(TASK STATEMENT): Among the lines below, take the one holding "#56=CARTESIAN_POINT('',(0.,0.,4.));", the one holding "#62=FACE_BOUND('',#61,.F.);", and all lines between them. Set them down exactly.

(INPUT DATA):
'''

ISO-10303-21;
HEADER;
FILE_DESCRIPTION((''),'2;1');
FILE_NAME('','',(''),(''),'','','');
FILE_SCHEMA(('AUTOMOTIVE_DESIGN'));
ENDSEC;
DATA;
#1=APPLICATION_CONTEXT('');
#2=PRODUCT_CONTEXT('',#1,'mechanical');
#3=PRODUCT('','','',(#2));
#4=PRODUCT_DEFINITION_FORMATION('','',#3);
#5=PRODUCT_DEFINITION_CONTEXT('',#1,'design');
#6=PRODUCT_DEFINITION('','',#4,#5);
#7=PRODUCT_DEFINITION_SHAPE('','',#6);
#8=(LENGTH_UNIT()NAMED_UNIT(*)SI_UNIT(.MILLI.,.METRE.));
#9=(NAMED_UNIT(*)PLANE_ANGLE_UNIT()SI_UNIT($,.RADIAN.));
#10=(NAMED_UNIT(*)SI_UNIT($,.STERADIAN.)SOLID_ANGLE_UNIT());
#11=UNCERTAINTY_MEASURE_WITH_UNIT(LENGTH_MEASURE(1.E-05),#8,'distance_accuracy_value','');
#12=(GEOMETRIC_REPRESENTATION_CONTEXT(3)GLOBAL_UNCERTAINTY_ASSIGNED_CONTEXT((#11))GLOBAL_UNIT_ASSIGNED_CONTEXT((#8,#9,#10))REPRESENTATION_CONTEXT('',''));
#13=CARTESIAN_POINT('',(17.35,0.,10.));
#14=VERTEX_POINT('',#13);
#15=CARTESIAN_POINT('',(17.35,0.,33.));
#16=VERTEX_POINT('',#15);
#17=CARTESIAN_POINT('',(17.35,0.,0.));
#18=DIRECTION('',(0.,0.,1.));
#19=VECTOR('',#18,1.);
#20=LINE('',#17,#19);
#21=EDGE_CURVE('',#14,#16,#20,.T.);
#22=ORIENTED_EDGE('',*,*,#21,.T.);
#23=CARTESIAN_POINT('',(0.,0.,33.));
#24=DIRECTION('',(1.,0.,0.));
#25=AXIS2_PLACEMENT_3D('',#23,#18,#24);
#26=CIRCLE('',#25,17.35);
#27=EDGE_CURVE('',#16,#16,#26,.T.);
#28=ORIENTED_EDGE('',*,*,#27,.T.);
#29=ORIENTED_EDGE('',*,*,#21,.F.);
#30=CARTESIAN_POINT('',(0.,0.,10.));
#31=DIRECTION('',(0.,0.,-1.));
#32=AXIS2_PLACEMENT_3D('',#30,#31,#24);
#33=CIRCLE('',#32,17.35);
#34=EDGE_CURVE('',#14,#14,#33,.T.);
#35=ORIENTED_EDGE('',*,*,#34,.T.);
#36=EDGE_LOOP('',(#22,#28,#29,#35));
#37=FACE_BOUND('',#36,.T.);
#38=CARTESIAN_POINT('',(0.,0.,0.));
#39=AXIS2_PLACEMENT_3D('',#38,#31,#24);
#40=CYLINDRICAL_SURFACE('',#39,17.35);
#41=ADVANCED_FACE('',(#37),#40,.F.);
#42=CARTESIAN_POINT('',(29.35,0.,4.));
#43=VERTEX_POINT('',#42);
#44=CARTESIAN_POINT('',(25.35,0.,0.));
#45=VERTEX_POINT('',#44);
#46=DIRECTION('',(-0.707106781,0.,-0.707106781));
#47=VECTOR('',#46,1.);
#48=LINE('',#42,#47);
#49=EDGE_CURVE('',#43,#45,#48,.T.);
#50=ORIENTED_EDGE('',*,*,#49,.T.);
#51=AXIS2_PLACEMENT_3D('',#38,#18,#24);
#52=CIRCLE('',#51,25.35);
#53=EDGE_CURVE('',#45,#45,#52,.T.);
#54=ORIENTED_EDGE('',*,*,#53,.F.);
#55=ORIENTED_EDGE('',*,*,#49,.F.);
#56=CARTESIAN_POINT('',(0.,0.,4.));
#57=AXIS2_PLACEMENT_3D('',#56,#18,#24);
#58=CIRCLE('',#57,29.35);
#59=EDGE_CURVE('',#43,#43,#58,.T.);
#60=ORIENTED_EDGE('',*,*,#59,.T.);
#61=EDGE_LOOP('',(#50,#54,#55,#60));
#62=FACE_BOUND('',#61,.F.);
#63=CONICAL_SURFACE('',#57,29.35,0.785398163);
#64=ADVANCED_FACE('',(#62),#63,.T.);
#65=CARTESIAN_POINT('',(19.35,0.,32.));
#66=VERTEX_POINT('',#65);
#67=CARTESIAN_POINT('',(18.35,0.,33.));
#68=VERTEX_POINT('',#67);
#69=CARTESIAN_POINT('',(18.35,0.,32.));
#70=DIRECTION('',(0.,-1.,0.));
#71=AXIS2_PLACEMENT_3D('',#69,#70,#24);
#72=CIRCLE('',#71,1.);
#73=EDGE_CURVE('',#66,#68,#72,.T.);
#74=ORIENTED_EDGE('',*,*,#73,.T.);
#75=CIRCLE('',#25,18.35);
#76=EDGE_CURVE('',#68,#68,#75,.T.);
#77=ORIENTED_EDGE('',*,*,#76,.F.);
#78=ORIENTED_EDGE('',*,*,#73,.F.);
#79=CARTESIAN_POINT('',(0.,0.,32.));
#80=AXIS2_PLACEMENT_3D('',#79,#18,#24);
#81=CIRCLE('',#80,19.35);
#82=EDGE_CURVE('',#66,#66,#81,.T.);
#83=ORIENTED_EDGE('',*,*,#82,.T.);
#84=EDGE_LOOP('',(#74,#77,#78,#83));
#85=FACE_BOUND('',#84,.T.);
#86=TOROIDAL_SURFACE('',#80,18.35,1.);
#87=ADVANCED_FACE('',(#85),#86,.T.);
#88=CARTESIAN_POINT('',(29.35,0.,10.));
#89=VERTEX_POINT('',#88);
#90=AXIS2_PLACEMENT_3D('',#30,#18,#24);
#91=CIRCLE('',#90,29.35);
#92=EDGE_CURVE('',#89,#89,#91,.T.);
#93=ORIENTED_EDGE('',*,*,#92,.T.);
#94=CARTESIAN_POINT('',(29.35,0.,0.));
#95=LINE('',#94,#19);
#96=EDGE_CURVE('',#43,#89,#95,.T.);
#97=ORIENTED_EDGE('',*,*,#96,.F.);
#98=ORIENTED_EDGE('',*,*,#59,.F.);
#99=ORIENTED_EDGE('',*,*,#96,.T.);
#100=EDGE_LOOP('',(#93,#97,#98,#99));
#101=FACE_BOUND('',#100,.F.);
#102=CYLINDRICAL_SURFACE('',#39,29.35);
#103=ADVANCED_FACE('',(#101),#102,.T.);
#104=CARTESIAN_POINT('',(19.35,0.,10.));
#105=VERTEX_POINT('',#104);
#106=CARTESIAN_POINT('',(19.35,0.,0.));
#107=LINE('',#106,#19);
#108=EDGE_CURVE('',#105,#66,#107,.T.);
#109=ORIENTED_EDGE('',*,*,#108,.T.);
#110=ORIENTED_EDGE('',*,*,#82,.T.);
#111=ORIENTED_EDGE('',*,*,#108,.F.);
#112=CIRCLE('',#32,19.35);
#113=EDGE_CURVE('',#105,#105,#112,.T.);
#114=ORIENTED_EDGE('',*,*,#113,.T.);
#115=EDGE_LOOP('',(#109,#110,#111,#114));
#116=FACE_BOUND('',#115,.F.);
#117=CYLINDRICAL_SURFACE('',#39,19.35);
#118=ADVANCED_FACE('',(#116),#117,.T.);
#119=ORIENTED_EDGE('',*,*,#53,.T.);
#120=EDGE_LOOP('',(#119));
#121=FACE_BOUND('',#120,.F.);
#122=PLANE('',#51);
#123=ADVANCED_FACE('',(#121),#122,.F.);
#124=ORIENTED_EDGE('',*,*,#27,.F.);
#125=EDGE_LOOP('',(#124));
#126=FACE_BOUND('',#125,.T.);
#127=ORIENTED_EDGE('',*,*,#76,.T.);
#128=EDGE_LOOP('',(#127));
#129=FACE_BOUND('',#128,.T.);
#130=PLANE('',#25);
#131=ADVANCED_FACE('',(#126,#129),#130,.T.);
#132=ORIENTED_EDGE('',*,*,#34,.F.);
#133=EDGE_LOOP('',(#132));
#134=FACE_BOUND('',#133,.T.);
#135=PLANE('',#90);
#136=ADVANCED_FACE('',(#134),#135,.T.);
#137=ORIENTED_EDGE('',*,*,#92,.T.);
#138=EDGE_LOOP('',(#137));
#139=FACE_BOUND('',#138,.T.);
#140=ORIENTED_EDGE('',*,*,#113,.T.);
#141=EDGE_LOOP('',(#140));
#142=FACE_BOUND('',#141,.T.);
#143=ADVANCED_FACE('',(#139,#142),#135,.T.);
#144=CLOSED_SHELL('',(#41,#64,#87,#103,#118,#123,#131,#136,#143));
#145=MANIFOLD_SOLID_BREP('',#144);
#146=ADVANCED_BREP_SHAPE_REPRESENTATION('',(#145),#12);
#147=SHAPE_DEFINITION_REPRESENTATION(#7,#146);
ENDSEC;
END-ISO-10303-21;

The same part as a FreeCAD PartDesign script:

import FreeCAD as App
import Part
import Sketcher


def edges_at(feature, points):
    """Names of the edges that pass closest to the given points."""
    edges = feature.Shape.Edges
    near = lambda p: min(range(len(edges)), key=lambda i: edges[i].distToShape(Part.Vertex(*p))[0])
    return sorted({f"Edge{near(p) + 1}" for p in points})

doc = App.newDocument("Part")
body = doc.addObject("PartDesign::Body", "Body")

# Sketch on XY plane
sketch1 = doc.addObject("Sketcher::SketchObject", "Sketch")
body.addObject(sketch1)
sketch1.AttachmentSupport = (doc.XY_Plane, [""])
sketch1.MapMode = "FlatFace"
sketch1.addGeometry(Part.Circle(App.Vector(0, 0, 0), App.Vector(0, 0, 1), 29.35), False)
sketch1.addConstraint(Sketcher.Constraint("Coincident", 0, 3, -1, 1))
sketch1.addConstraint(Sketcher.Constraint("Diameter", 0, 58.7))
pad1 = doc.addObject("PartDesign::Pad", "Pad")
body.addObject(pad1)
pad1.Profile = sketch1
pad1.Length = 10
doc.recompute()

chamfer = doc.addObject("PartDesign::Chamfer", "Chamfer")
body.addObject(chamfer)
chamfer.Base = (pad1, edges_at(pad1, [(-29.35, 0, 0)]))
chamfer.Size = 4

# Sketch on XY plane
sketch2 = doc.addObject("Sketcher::SketchObject", "Sketch001")
body.addObject(sketch2)
sketch2.AttachmentSupport = (doc.XY_Plane, [""])
sketch2.MapMode = "FlatFace"
sketch2.addGeometry(Part.Circle(App.Vector(0, 0, 0), App.Vector(0, 0, 1), 19.35), False)
sketch2.addGeometry(Part.Circle(App.Vector(0, 0, 0), App.Vector(0, 0, 1), 17.35), False)
sketch2.addConstraint(Sketcher.Constraint("Coincident", 0, 3, -1, 1))
sketch2.addConstraint(Sketcher.Constraint("Coincident", 1, 3, -1, 1))
sketch2.addConstraint(Sketcher.Constraint("Diameter", 0, 38.7))
sketch2.addConstraint(Sketcher.Constraint("Diameter", 1, 34.7))
pad2 = doc.addObject("PartDesign::Pad", "Pad001")
body.addObject(pad2)
pad2.Profile = sketch2
pad2.Length = 33
doc.recompute()

fillet = doc.addObject("PartDesign::Fillet", "Fillet")
body.addObject(fillet)
fillet.Base = (pad2, edges_at(pad2, [(-19.35, 0, 33)]))
fillet.Radius = 1

doc.recompute()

'''

(SOLUTION):
#56=CARTESIAN_POINT('',(0.,0.,4.));
#57=AXIS2_PLACEMENT_3D('',#56,#18,#24);
#58=CIRCLE('',#57,29.35);
#59=EDGE_CURVE('',#43,#43,#58,.T.);
#60=ORIENTED_EDGE('',*,*,#59,.T.);
#61=EDGE_LOOP('',(#50,#54,#55,#60));
#62=FACE_BOUND('',#61,.F.);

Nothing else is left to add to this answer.